Why Xbox One's Kalimba is totally - and totem-y - awesome

In all my not-that-long career as a person who judges games with big numbers, I’ve only ever given out a single 10. Although that may be more of a statement about my editor’s reluctance to award any game such a high honour, and testimony to my stubbornness in that one case, I stand by that score. In case you can’t tell from the honking great title, that game is Kalimba – an underrated gem that deserved far more of a fanfare, especially given that it was made by a studio within Microsoft’s own ranks.

Kalimba is my only perfect score, and for damn good reason. On paper it’s nothing colossally exciting – a simple 2D puzzle-platformer that has you controlling two characters at once – but as soon as you get the hang of the deftness and intense concentration the game requires, you’re hooked. The only bad thing I can say about it, other than the fact that it made me curse like a 12-year-old on Xbox Live, was that there wasn’t enough of it.

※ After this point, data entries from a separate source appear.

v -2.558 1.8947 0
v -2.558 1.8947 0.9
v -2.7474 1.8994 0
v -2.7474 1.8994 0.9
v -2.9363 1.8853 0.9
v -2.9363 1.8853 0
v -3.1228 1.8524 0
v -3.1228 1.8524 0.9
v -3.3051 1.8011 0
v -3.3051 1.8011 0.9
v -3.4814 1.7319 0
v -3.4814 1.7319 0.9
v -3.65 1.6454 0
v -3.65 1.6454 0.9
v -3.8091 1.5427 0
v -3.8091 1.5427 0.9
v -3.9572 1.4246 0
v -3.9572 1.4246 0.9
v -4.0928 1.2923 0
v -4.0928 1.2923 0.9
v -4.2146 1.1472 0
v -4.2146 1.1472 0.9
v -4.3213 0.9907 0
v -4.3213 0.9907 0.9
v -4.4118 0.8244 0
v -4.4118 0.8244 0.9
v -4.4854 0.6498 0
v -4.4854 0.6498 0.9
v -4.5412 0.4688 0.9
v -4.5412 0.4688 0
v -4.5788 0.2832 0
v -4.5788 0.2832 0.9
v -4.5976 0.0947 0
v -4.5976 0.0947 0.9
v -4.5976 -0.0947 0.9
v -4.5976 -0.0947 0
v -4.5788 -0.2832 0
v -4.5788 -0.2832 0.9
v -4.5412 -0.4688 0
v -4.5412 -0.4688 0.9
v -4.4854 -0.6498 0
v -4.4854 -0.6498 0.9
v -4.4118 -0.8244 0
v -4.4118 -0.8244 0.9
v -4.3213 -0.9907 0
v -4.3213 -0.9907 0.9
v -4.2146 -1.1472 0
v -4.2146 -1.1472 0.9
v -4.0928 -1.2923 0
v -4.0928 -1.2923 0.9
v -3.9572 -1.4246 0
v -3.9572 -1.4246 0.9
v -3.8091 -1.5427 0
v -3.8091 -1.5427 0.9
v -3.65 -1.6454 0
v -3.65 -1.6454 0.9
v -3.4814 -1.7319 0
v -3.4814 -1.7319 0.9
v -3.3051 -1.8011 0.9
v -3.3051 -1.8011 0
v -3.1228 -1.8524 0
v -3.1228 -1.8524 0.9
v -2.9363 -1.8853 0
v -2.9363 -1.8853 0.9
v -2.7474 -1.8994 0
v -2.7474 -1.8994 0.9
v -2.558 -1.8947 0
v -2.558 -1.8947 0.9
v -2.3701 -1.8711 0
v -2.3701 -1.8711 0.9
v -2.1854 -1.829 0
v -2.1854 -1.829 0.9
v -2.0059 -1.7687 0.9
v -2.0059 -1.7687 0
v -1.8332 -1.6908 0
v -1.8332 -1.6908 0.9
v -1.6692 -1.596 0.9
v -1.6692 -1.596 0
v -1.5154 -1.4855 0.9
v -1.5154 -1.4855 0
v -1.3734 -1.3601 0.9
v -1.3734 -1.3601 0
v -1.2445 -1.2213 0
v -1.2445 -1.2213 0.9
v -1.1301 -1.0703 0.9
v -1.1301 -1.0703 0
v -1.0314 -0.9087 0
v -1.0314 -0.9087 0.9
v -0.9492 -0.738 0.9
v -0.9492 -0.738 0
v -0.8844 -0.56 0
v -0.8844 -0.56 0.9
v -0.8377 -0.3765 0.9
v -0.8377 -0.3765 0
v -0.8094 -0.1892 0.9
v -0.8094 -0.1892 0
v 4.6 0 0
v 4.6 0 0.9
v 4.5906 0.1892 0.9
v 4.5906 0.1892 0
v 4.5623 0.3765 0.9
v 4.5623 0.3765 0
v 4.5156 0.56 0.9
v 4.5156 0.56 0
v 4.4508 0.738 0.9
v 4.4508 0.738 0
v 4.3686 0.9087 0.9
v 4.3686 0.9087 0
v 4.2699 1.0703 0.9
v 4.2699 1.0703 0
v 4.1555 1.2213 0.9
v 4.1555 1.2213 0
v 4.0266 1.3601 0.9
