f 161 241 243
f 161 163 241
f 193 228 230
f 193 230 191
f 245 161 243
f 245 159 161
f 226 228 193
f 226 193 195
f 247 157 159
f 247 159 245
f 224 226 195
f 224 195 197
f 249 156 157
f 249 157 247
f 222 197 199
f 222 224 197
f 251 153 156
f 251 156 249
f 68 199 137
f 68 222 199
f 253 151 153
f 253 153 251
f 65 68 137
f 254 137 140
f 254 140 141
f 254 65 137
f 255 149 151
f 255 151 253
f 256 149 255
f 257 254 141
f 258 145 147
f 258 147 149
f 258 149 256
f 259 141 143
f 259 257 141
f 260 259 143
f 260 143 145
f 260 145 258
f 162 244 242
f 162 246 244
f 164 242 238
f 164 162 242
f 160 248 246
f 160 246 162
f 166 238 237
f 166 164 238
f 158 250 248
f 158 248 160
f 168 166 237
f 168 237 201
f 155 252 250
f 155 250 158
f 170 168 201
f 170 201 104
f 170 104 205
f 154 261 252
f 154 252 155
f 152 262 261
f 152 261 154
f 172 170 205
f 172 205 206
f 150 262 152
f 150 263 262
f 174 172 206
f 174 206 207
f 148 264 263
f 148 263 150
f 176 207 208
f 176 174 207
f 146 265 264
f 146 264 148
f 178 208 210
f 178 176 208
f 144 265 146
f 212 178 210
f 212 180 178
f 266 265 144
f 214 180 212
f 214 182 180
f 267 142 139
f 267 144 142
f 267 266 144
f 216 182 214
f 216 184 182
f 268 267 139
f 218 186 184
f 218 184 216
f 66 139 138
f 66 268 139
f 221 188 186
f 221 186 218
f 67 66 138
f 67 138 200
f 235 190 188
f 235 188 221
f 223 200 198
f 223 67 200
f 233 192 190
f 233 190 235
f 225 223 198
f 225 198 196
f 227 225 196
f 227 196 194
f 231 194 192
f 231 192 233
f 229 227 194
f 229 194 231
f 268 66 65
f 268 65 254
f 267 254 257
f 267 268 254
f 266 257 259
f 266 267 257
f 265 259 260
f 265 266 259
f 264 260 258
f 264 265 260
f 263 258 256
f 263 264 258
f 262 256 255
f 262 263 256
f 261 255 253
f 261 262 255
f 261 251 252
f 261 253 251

Sadly, the studio behind Kalimba was shuttered at the same time as Lionhead – in the same press release, in fact – and poor Press Play’s demise was buried under stories about how great Fable 2 was. Which, of course, is true – but so was Kalimba. (And Max & the Curse of Brotherhood, Press Play’s other, also excellent release. They had a great track record, did Press Play.) But I won’t forget the time I spent with Kalimba, partly because it was a wonderful experience and partly because I’m incredibly bitter all my friends currently look down on me from their comfortable positions atop the online leaderboard. So smug.

At the heart of Kalimba is a simple design choice – to use “trixels”, triangular pixels, rather than the standard boring square ones. The slight change in appearance this causes makes a big difference to the feel of the game, imbuing otherwise confident but fairly conventional platforming with the kind of charm I probably raved on about in my gushing ten-out-of-ten review.

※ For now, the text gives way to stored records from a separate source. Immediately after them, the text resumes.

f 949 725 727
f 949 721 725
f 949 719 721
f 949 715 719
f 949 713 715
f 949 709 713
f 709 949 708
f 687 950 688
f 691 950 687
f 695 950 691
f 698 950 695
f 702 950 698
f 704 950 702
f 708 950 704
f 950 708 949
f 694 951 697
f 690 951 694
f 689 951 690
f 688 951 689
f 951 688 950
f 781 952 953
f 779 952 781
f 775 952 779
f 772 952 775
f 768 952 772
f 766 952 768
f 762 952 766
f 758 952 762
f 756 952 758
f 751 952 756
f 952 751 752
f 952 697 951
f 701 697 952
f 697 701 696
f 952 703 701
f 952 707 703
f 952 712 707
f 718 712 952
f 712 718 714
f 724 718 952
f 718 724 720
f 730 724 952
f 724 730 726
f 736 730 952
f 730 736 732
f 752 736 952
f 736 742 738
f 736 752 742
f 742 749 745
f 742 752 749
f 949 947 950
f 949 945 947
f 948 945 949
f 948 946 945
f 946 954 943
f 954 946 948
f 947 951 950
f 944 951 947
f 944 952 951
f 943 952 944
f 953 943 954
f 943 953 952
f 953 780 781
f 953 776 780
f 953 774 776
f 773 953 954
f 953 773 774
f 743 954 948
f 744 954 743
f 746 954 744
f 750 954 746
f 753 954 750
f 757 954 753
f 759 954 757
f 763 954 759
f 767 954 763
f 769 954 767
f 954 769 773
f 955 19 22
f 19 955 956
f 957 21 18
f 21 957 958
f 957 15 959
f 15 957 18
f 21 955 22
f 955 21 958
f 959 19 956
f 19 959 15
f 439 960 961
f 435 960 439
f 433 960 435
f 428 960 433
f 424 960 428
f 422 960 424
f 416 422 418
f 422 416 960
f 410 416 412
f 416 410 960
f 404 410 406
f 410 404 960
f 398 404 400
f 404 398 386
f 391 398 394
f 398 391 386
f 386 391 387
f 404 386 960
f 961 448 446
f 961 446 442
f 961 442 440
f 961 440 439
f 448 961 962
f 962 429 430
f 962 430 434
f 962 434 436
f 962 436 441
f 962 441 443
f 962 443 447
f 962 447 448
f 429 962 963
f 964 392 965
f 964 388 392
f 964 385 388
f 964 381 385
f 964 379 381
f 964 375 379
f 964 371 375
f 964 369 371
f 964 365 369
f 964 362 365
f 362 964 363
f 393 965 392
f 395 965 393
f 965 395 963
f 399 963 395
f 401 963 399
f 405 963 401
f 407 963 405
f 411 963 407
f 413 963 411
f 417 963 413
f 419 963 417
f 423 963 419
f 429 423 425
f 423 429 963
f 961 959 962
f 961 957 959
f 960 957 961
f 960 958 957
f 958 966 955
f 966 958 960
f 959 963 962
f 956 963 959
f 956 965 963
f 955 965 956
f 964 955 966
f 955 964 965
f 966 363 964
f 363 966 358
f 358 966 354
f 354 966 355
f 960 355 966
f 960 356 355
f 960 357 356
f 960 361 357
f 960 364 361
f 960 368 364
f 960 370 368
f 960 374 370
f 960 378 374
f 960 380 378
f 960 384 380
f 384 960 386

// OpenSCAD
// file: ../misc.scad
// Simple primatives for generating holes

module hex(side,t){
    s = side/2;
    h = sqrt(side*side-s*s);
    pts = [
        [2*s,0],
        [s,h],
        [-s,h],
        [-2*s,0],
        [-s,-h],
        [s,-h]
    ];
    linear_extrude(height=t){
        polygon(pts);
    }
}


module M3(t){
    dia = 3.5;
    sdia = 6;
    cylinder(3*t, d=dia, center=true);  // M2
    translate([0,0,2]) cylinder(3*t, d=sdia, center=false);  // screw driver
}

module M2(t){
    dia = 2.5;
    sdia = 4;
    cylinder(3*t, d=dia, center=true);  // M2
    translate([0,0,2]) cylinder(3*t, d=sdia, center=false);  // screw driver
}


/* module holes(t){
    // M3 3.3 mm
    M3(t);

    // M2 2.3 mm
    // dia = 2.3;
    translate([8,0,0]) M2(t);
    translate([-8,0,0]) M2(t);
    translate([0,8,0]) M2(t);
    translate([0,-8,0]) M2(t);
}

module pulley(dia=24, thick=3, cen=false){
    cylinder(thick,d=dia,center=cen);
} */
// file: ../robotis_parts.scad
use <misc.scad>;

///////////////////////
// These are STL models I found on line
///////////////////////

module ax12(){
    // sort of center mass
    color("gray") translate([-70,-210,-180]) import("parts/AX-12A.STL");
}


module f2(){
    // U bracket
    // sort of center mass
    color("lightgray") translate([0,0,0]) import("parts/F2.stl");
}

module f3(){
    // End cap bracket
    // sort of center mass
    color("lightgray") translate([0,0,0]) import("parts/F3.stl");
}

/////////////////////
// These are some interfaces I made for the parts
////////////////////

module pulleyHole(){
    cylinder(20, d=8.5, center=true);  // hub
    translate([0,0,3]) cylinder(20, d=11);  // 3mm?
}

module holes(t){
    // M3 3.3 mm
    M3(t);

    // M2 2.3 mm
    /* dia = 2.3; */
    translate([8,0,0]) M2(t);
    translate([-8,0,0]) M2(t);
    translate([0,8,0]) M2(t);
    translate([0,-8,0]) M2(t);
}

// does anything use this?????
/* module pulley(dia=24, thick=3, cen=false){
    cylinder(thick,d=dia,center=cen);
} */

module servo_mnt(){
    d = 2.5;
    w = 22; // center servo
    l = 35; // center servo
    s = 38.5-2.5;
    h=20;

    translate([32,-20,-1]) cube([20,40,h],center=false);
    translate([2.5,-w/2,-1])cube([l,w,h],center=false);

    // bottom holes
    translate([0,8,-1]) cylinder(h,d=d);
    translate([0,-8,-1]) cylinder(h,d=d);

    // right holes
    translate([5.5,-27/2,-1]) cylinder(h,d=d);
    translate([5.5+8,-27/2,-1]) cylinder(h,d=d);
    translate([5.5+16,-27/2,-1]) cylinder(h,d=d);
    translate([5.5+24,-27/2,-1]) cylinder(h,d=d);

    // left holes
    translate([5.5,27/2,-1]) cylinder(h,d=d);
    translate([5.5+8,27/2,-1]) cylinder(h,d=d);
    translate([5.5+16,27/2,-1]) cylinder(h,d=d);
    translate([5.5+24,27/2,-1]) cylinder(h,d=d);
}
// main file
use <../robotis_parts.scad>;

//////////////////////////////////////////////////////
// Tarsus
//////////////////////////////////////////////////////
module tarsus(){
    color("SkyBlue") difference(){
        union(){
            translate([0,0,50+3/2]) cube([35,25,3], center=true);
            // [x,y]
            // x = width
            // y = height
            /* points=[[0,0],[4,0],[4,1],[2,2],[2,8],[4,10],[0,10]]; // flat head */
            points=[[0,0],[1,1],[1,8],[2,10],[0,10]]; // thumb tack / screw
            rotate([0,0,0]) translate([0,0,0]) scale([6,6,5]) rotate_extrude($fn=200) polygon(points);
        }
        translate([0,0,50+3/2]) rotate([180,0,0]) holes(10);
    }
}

Tiny black triangles bounce around pretending to be lava, ice glistens in triangular blue crystalline structures and your character pieces themselves are like something out of Jumanji – brightly-coloured totem blocks that grimace and gurn as you tumble over gaps and somersault across the level.

All of this gorgeous chaos is presided over by Hoebear, a relaxed, drawling magical bear that guides you through the tricks and tips and secret levels, instructing and cajoling you as you go. The goal is to get to the end of the level without dying – standard platforming fare – but colour-coded segments, collectibles, and various shape-shifting make this a difficult feat. I’ve decided to be satisfied with merely reaching the finish line in one piece, but the leaderboard makes it clear that my friends are much more perfection-minded than I. A similarly competitive person might take this for a challenge. I do not.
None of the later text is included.